Another machine to extract CO2 from the air was announced earlier
this year by Columbia University. The announcement pointed out that
the captured carbon dioxide could then be buried in the ground. We
predict that this machine will quickly attract major investment from
oil and coal corporations. As we'll see, it is exactly what
they need.

4. Carbon capture and storage: Here, finally, we come to the only
approach strongly favored by the U.S. government, by the coal, oil,
automobile, mining and railroad industries, by teams of researchers at
more than a dozen universities, and by several of the big
environmental organizations in Washington and New York (Environmental
Defense, Natural Resources Defense Council [NRDC], The Izaak Walton
League, The Clean Air Task Force, and even the Union of Concerned
Scientists, among others). This is the basket our eggs are in.

The plan is to extract CO2 from industrial smoke stacks (or from the
open air), compress it into a liquid, and pump it 3000 to 8000 feet
below ground, hoping it will stay there forever. This plan is known as
CCS, which stands for carbon capture and sequestration, or carbon
capture and storage.

Of all the options described above, only CCS is being vigorously
pursued. The U.S. Department of Energy has allocated roughly $2
billion to CCS projects that are going on now in 41 states. More
than a dozen universities are researching the pros if not the cons.
Several prominent environmental organizations have enthusiastically
endorsed the plan, even before a decade of necessary research has
begun. It is no exaggeration to say that CCS has become a bandwagon --
or a juggernaut.

Very few people have heard of CCS; in the U.S., at least, it is
essentially invisible. Yet it is so far along that it looks like a
done deal, almost unstoppable. It seems clear that coal and oil
corporations and their camp followers are counting on CCS to solve the
global warming problem. CCS is a major industrial plan; all other
proposed solutions to global warming are tinker toys by comparison.

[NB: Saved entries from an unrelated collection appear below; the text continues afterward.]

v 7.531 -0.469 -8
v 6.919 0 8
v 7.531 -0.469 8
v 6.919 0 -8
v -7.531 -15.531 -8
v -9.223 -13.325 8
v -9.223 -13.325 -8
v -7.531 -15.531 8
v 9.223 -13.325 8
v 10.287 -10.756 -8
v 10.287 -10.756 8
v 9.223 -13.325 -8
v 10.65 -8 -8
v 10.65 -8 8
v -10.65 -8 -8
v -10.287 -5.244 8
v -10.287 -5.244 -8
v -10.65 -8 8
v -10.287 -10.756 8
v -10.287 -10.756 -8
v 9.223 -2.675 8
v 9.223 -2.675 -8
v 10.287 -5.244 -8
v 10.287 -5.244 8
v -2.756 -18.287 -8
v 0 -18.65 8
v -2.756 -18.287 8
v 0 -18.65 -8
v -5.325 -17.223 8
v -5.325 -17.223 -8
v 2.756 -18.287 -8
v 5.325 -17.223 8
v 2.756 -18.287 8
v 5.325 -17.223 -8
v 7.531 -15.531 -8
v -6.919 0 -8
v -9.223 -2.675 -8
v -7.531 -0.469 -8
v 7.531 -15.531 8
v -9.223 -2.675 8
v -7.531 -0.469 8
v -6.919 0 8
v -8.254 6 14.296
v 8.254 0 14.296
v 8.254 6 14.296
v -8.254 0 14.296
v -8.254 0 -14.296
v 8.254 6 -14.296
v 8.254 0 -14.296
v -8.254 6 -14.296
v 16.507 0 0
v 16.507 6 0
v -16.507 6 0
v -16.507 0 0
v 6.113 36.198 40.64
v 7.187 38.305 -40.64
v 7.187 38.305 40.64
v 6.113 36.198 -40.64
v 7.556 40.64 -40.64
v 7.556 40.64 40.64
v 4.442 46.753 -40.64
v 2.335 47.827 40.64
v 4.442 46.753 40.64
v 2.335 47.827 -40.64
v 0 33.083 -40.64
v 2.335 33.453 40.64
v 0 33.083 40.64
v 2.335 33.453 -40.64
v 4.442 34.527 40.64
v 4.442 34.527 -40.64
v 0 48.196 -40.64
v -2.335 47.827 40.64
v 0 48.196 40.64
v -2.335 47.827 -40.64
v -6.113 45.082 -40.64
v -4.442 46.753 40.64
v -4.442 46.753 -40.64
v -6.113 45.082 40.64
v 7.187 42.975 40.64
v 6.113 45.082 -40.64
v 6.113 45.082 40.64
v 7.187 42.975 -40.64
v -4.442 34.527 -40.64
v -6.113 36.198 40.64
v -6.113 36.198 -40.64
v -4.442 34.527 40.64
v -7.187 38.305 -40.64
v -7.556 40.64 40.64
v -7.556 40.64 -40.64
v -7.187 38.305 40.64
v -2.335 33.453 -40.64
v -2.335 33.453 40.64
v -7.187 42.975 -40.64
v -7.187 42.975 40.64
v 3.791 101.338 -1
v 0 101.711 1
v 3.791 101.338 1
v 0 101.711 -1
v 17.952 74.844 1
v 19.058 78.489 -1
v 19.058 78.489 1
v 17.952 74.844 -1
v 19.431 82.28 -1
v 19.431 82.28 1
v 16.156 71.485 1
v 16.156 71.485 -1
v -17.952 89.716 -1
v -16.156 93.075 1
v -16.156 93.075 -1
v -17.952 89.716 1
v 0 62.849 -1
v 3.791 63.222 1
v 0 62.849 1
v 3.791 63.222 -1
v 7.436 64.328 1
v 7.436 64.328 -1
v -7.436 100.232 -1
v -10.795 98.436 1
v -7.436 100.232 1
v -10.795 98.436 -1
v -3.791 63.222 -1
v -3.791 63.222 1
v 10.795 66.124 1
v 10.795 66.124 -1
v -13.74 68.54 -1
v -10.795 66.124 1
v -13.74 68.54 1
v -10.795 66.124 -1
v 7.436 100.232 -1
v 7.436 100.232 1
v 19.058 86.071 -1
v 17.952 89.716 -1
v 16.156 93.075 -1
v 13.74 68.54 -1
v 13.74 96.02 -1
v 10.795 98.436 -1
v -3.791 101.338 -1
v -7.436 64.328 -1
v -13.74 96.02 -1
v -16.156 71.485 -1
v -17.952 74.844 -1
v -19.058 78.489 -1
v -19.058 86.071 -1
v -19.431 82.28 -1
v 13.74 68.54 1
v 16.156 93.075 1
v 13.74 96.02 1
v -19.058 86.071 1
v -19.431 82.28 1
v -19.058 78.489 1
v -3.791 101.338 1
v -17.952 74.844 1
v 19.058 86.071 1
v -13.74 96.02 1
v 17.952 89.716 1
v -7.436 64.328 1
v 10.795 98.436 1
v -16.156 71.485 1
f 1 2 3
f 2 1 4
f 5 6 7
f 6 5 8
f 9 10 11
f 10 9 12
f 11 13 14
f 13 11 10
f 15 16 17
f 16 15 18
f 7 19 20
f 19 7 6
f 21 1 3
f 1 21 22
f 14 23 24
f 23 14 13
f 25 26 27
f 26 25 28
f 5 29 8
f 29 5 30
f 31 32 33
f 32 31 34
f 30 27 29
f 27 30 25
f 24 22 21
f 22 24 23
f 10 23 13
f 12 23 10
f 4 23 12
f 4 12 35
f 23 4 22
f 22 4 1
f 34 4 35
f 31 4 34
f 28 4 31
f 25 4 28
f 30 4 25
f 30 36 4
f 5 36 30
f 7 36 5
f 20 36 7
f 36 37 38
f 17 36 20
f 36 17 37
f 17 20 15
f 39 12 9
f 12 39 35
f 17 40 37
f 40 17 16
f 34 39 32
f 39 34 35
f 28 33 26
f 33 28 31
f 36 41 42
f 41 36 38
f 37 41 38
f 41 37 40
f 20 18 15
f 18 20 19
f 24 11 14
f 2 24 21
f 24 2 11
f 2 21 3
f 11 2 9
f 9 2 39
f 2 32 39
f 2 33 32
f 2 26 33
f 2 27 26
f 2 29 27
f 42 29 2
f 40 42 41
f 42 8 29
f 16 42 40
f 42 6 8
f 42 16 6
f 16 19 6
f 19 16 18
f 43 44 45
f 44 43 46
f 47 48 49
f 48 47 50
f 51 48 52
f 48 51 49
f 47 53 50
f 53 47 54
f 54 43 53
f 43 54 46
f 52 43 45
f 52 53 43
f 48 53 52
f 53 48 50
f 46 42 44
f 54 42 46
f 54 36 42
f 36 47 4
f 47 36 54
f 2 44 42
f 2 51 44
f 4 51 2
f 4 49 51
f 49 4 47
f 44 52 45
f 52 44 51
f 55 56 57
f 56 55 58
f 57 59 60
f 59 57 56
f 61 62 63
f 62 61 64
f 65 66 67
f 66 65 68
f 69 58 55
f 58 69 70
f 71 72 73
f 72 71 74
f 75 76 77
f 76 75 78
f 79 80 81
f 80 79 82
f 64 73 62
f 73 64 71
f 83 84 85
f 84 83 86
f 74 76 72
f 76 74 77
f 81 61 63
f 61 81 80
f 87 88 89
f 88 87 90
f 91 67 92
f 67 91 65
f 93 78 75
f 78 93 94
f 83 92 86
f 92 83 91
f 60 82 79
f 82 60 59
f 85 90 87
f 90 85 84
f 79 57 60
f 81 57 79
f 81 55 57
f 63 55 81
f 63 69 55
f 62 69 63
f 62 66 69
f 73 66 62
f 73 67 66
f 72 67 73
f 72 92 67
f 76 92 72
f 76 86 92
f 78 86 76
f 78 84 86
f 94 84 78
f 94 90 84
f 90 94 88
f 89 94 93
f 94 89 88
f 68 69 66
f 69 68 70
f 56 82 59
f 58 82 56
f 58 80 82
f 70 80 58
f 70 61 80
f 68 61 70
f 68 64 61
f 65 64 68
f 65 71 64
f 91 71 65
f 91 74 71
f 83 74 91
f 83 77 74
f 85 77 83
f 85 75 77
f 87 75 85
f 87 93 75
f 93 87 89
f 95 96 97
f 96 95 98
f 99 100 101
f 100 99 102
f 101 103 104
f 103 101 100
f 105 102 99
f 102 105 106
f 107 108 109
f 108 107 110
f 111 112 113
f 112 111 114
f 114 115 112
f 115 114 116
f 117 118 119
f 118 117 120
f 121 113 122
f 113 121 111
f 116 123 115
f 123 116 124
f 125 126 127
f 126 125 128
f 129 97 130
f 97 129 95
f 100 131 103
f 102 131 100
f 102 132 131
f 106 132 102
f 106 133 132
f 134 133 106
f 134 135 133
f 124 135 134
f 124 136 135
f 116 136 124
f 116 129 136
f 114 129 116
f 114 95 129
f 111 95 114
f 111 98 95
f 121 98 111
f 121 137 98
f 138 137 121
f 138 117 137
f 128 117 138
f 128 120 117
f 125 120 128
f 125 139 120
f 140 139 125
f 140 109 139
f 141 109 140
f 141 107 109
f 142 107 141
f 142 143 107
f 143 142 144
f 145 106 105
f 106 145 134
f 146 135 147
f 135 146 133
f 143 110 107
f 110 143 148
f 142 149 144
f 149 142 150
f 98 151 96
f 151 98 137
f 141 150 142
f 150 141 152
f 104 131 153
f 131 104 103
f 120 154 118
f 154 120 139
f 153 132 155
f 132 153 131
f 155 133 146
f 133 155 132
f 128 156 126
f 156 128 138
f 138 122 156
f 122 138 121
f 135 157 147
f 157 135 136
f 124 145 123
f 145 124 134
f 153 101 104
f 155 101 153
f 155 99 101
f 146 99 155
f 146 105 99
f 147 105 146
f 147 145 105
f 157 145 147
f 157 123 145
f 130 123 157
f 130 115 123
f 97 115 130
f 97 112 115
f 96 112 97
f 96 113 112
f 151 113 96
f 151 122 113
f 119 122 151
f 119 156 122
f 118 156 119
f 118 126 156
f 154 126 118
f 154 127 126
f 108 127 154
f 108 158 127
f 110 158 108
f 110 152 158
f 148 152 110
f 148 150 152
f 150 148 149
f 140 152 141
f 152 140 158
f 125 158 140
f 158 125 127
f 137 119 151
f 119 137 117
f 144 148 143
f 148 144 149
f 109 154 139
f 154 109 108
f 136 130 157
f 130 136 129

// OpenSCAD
// Auto-generated by scripts/author_from_manifest.py (Phase D.3).
// Source: data/phase_d_manifest.json (sku_intent='viking-vk530-esfr-upright-k252-214f').
// Do not hand-edit — regenerate from the manifest.
//
// @part viking_vk530_esfr_upright_k252_214f
// @kind sprinkler_head
// @category head.upright.k252
// @display-name "Viking VK530 ESFR Upright K25.2 214°F"
// @mfg viking_group
// @mfg-pn VK530
// @listing UL FM
// @hazard-classes ESFR
// @price-usd 88.00
// @install-minutes 14
// @crew journeyman
// @k-factor 25.2
// @orientation upright
// @response quick
// @temperature 214F
// @param size_in number default=0.5 label="Size" unit="in"
// @port inlet position=[0,0.014,0] direction=[0,1,0] style=NPT_threaded size_in=1 role=drop

size_in = 0.5;
k_factor = 25.2;

length_mm   = 81.28;
body_dia_mm = 43.18;
thread_od   = 21.3;
thread_len  = 16;
deflector_d = body_dia_mm * 0.9;

rotate([180,0,0]) union() {
    translate([0, thread_len/2, 0])
        cylinder(h = thread_len, d = thread_od, center = true, $fn = 24);
    translate([0, -3, 0])
        rotate([90, 0, 0])
        cylinder(h = 6, d = thread_od * 1.55, $fn = 6, center = true);
    translate([0, -length_mm/2, 0])
        cylinder(h = length_mm, d = body_dia_mm * 0.35, center = true, $fn = 20);
    translate([0, -length_mm - 1, 0])
        cylinder(h = 2, d = deflector_d, center = true, $fn = 32);
}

No environmental organizations and no news reports have so far
mentioned it, but a major feature of the Energy Independence and
Security Act of 2007 is Title VII, which requires the federal
government to undertake a nationwide assessment of the suitability of
geological formations capable of storing carbon dioxide underground.
(A "Carbon Sequestration Atlas of the U.S." has already been produced
[29 Mbyte PDF].) Title VII also requires the federal government to
support seven projects to demonstrate the capture of CO2 from
industrial sources. This is the most far-reaching section of the 2007
energy law and you can be sure that Title VII will be vigorously
enforced. The coal industry will see to that.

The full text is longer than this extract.